Kennicott, había que reconocerlo, no había pedido nunca consideraciones especiales. Sin embargo, con el transcurso de los años y conforme los encuentros se espaciaban y abreviaban, se hizo palpable su frustración. Inevitablemente, entre un detective de Homicidios y la familia de una víctima se producen tensiones. Las expectativas de los familiares -que se produzcan detenciones enseguida, que se celebre juicio a la mayor brevedad y que se pronuncie una sentencia condenatoria contundente- deben rebajarse a menudo ante las realidades del procedimiento policial y del sistema legal. El Ministerio Fiscal se muestra intencionadamente reservado y distante, de modo que el principal contacto con las víctimas lo tiene el detective, a veces para consolarlas, a veces para dar salida a su frustración.

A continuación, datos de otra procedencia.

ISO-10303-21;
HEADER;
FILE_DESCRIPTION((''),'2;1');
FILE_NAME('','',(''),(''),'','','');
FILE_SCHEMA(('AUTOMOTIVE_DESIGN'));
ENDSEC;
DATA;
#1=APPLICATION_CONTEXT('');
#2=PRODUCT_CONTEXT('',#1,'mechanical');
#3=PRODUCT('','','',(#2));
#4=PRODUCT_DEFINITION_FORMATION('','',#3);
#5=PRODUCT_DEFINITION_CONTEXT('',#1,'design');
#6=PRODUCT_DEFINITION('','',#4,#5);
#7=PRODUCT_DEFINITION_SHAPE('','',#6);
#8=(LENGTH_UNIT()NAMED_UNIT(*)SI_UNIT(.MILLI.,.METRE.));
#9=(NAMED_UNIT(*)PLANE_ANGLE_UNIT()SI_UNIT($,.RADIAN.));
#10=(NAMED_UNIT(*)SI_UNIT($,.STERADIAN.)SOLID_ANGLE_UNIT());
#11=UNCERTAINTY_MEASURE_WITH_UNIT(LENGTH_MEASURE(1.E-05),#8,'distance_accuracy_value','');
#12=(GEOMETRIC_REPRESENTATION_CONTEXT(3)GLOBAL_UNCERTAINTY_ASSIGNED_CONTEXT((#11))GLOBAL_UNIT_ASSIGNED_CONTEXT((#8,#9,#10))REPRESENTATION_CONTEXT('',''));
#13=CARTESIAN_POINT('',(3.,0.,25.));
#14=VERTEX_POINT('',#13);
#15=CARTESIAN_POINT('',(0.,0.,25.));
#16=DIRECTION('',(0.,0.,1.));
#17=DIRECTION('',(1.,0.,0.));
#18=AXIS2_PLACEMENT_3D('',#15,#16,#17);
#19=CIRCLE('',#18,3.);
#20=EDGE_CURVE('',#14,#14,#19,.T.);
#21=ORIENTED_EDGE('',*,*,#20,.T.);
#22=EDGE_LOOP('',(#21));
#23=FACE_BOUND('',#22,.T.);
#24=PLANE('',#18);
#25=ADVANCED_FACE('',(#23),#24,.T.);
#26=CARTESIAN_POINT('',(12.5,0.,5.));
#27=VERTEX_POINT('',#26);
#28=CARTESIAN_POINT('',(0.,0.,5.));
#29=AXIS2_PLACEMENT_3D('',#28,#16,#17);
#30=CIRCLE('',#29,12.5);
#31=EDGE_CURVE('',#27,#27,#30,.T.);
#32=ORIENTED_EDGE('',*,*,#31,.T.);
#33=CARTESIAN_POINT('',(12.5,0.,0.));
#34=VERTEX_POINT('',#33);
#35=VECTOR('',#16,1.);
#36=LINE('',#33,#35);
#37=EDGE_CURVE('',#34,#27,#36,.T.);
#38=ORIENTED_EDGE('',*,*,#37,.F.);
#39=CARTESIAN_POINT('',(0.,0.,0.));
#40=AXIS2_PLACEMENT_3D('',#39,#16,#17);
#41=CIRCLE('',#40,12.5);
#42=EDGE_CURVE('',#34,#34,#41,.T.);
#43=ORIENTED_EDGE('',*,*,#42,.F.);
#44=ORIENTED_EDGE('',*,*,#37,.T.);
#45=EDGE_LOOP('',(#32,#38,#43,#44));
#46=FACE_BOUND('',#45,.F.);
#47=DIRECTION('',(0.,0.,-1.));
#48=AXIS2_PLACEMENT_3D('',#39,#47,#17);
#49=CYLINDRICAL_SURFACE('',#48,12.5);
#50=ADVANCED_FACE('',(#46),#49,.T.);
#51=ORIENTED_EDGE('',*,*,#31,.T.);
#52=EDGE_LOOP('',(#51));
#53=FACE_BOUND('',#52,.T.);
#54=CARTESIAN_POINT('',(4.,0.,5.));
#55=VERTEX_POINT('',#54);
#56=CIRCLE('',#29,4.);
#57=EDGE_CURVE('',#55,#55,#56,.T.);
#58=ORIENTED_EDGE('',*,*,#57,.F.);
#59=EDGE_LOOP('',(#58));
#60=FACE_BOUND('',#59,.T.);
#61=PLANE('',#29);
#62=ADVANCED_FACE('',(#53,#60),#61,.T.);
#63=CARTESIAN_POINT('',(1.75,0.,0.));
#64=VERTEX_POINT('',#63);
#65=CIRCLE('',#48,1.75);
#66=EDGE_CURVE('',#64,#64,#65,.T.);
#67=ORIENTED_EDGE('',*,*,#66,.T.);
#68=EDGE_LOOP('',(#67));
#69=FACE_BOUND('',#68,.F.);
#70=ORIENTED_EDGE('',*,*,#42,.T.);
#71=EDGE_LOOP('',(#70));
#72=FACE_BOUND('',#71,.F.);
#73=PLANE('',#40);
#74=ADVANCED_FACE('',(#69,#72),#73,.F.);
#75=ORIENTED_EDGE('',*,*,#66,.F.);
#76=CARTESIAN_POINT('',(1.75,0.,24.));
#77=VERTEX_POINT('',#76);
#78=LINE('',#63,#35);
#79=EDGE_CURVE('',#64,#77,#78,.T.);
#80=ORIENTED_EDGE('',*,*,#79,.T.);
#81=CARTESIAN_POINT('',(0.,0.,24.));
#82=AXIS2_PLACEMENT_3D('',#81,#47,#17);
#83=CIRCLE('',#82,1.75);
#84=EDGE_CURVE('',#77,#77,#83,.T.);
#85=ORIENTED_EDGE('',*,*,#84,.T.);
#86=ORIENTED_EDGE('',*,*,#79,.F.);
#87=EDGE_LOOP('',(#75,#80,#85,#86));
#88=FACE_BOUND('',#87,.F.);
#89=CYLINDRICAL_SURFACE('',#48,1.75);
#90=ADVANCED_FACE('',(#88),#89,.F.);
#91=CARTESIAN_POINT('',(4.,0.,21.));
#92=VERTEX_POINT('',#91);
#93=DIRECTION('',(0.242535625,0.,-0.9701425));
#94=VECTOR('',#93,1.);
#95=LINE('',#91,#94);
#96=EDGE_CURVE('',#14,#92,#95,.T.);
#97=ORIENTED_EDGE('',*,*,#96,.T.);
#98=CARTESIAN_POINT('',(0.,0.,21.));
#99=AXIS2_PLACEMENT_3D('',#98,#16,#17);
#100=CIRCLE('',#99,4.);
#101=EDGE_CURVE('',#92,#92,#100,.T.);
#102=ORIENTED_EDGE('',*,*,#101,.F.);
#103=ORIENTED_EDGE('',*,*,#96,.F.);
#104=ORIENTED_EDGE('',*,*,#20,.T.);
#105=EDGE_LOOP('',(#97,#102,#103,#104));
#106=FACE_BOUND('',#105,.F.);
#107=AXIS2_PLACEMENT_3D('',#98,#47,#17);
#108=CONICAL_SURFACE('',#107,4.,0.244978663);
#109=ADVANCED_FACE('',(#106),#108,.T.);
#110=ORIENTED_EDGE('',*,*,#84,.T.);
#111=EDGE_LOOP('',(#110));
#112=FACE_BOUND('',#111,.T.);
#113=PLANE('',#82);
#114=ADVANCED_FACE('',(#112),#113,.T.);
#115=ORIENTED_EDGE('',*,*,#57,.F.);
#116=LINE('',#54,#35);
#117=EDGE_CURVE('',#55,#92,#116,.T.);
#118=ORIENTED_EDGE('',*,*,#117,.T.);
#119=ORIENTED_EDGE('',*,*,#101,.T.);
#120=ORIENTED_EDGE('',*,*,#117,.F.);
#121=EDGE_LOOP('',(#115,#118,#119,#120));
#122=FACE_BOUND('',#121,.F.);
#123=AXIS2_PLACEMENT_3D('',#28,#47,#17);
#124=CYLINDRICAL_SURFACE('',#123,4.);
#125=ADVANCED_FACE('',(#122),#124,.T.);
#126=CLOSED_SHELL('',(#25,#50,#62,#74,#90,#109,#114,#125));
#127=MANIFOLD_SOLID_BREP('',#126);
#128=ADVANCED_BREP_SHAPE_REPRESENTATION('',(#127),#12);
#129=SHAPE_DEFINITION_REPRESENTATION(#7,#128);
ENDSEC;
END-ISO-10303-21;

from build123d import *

# Parameters (mm, degrees)
F0_R     = 12.5
F1_DEPTH = 5
F2_R     = 4
F3_DEPTH = 20
F4_SIZE2 = 4
F4_SIZE  = 1
F5_R     = 1.75
F6_DEPTH = 24


with BuildPart() as f1:
    # F0 (on Top) → F1 (new body)
    with BuildSketch(Plane.XY):
        Circle(F0_R)
    extrude(amount=F1_DEPTH)

    # F2 (on face) → F3 (join)
    with BuildSketch(Plane.XY.offset(5)):
        Circle(F2_R)
    extrude(amount=F3_DEPTH)

    # F4
    f4_edges = [f1.edges().sort_by_distance(p)[0] for p in [
        (-4, 0, 25),
    ]]
    f4_side = f1.faces().sort_by_distance((0, 0, 25))[0]
    chamfer(f4_edges, length=F4_SIZE, length2=F4_SIZE2, reference=f4_side)

    # F5 (on face) → F6 (cut)
    with BuildSketch(Plane(origin=(0, 0, 0), x_dir=(1, 0, 0), z_dir=(0, 0, -1))):
        Circle(F5_R)
    extrude(amount=-F6_DEPTH, mode=Mode.SUBTRACT)


solid = f1.part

Profesionalmente, Greene y Kennicott se habían evitado en el trabajo. Era un acuerdo tácito, pero los dos sabían que era lo mejor. Tal vez había llegado la hora de que aquello cambiara, pensó Greene. Hasta entonces, había seguido la carrera de Kennicott como un hermano mayor, en secreto y sin interferir, y le habían impresionado los progresos del joven. Entre la policía había un dicho: para llegar a Homicidios se necesitaba un maestro, alguien que observara tus pasos y te promocionara.

– Kennicott lo tiene todo controlado -dijo Bering.

– No me sorprende -asintió Greene y se volvió hacia Rasheed, el conserje-. ¿Cuántos ascensores llegan a la planta doce?

– Los dos que tiene delante y un montacargas de servicio en la parte de atrás.

Greene se inclinó sobre el mostrador del vestíbulo y observó una serie de monitores de televisión en funcionamiento.

– ¿Las cámaras cubren todas las salidas?

– Sí, sí. Sobre todo, las principales.

El detective no quedó del todo satisfecho con la respuesta.

– ¿Existen más puertas?

– Sólo una, en el aparcamiento del sótano. -Rasheed parecía algo incómodo-. En ésa no hay cámara, pero apenas se utiliza y se cierra por dentro.

Greene miró a Bering.

– He inmovilizado los tres ascensores, montacargas incluido -respondió la agente-. Y he cubierto la escalera hasta la llegada de refuerzos. Lo que no podía hacer, además, era vigilar el sótano.

– Ha hecho lo adecuado -dijo Greene. Llegar a aquella conclusión era sencillo. Bering se encontraba sola allí abajo y tenía que vigilar si alguien entraba o intentaba salir del vestíbulo, y Greene sabía que la agente era lo bastante veterana como para saber que no debía perder de vista a Rasheed-. ¿Cómo sabe si la puerta del sótano está bien cerrada? -preguntó al conserje.

– La compruebo cuando hago la ronda.

– ¿La ha comprobado esta mañana?

– Todavía no. He empezado el turno hace una hora y esa puerta apenas se usa. El edificio es un remanso de paz.

Con la esposa de Kevin Brace muerta en la bañera de su apartamento, pensó Greene, la tranquilidad no duraría mucho más.

– ¿Y si alguien pone una piedra en la puerta para que no cierre?

– Sucede de vez en cuando -reconoció Rasheed, sonrojándose.

Greene asintió. Era la segunda vez que Rasheed no se mostraba del todo franco en su respuesta.